A couple who defaulted on their £500,000 mortgage have failed to convince the High Court that the loan is unenforceable by reason of the lender’s failure to comply with the safeguards contained within the Consumer Credit Act 1974. The Court rejected the householders’ plea that the bank’s agreement to capitalise their arrears had resulted in the loan agreement becoming regulated under the Act.

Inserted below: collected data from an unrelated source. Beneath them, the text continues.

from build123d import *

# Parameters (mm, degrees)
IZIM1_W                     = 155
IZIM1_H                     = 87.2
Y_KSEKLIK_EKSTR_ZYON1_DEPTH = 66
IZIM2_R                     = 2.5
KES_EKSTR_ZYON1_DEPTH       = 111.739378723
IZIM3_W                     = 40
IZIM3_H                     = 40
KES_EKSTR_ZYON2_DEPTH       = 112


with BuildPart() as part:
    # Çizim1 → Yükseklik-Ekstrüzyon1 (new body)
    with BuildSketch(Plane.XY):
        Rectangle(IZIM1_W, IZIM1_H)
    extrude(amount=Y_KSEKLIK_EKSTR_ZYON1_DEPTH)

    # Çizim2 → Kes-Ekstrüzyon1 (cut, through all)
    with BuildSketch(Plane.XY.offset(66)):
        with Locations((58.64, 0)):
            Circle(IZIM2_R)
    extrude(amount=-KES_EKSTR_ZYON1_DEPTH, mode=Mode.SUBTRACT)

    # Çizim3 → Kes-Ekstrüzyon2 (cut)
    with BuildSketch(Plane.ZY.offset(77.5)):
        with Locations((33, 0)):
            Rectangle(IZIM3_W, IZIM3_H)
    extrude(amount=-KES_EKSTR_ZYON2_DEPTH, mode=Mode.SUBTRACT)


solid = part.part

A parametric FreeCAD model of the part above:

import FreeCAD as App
import Part
import Sketcher
from FreeCAD import Vector

doc = App.newDocument("Part")
body = doc.addObject("PartDesign::Body", "Body")

sketch1 = body.newObject("Sketcher::SketchObject", "Sketch")
sketch1.AttachmentSupport = (doc.getObject("XY_Plane"), [""])
sketch1.MapMode = "FlatFace"
sketch1.addGeometry([
    Part.LineSegment(Vector(-77.5, 43.6, 0), Vector(-77.5, -43.6, 0)),
    Part.LineSegment(Vector(-77.5, -43.6, 0), Vector(77.5, -43.6, 0)),
    Part.LineSegment(Vector(77.5, -43.6, 0), Vector(77.5, 43.6, 0)),
    Part.LineSegment(Vector(77.5, 43.6, 0), Vector(-77.5, 43.6, 0)),
], False)
sketch1.addConstraint([
    Sketcher.Constraint("Coincident", 0, 2, 1, 1),
    Sketcher.Constraint("Coincident", 1, 2, 2, 1),
    Sketcher.Constraint("Coincident", 2, 2, 3, 1),
    Sketcher.Constraint("Coincident", 3, 2, 0, 1),
    Sketcher.Constraint("Vertical", 0),
    Sketcher.Constraint("Horizontal", 1),
    Sketcher.Constraint("Vertical", 2),
    Sketcher.Constraint("Horizontal", 3),
    Sketcher.Constraint("Symmetric", 0, 2, 2, 2, -1, 1),
    Sketcher.Constraint("DistanceX", 1, 1, 1, 2, 155.0),
    Sketcher.Constraint("DistanceY", 0, 2, 0, 1, 87.2),
])
pad1 = body.newObject("PartDesign::Pad", "Pad")
pad1.Profile = sketch1
pad1.Length = 66

sketch2 = body.newObject("Sketcher::SketchObject", "Sketch001")
sketch2.AttachmentSupport = (doc.getObject("XY_Plane"), [""])
sketch2.MapMode = "FlatFace"
sketch2.AttachmentOffset = App.Placement(Vector(0, 0, 66), App.Rotation())
sketch2.addGeometry(Part.Circle(Vector(58.64, 0, 0), Vector(0, 0, 1), 2.5), False)
sketch2.addConstraint([
    Sketcher.Constraint("PointOnObject", 0, 3, -1),
    Sketcher.Constraint("Diameter", 0, 5.0),
    Sketcher.Constraint("DistanceX", -1, 1, 0, 3, 58.64),
])
pocket1 = body.newObject("PartDesign::Pocket", "Pocket")
pocket1.Profile = sketch2
pocket1.Type = "ThroughAll"

sketch3 = body.newObject("Sketcher::SketchObject", "Sketch002")
sketch3.AttachmentSupport = (doc.getObject("YZ_Plane"), [""])
sketch3.MapMode = "FlatFace"
sketch3.AttachmentOffset = App.Placement(Vector(0, 0, -77.5), App.Rotation())
sketch3.addGeometry([
    Part.LineSegment(Vector(20, 13, 0), Vector(-20, 13, 0)),
    Part.LineSegment(Vector(-20, 13, 0), Vector(-20, 53, 0)),
    Part.LineSegment(Vector(-20, 53, 0), Vector(20, 53, 0)),
    Part.LineSegment(Vector(20, 53, 0), Vector(20, 13, 0)),
], False)
sketch3.addConstraint([
    Sketcher.Constraint("Coincident", 0, 2, 1, 1),
    Sketcher.Constraint("Coincident", 1, 2, 2, 1),
    Sketcher.Constraint("Coincident", 2, 2, 3, 1),
    Sketcher.Constraint("Coincident", 3, 2, 0, 1),
    Sketcher.Constraint("Horizontal", 0),
    Sketcher.Constraint("Vertical", 1),
    Sketcher.Constraint("Horizontal", 2),
    Sketcher.Constraint("Vertical", 3),
    Sketcher.Constraint("Equal", 2, 1),
    Sketcher.Constraint("DistanceX", 0, 2, 0, 1, 40.0),
    Sketcher.Constraint("DistanceX", 0, 2, -1, 1, 20.0),
    Sketcher.Constraint("DistanceY", -1, 1, 0, 2, 13.0),
])
pocket2 = body.newObject("PartDesign::Pocket", "Pocket001")
pocket2.Profile = sketch3
pocket2.Length = 112
pocket2.Reversed = True

doc.recompute()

The couple’s home was valued at £900,000 when they mortgaged it. After they fell into repayment arrears, the bank had agreed to add unpaid interest to the capital sum secured on the property. It was submitted that this resulted in the loan falling under the aegis of the Act and triggered obligations on the bank relating to the form of regulated credit agreements and the service of default notices. The couple argued that the bank’s failures to meet such requirements were incapable of being remedied with the consequence that the mortgage security was rendered worthless and the entire loan was irrecoverable.

In dismissing those arguments, the Court accepted the bank’s submissions that the capitalisation agreement had not resulted in any further cash or other funds being provided to the borrowers. It was merely a rescheduling of the existing payment obligations and did not constitute the provision of a cash loan within the meaning of the Act. The Court also dismissed the couple’s argument that the bank had given up any right to pursue the mortgage debt by taking the step of ‘securitising’ the loan and assigning it to a third party.

However, a further argument remains to be decided. The couple argue that the bank treated them unfairly in refusing to further accommodate them when they were unable to keep up the repayments. They claim that a ‘reasonable lender’ would have been prepared to do more to help them and that the securitisation of the loan may have had a causative effect on the bank’s refusal of assistance that it was not contractually obliged to give. Those issues will be determined at a further court hearing.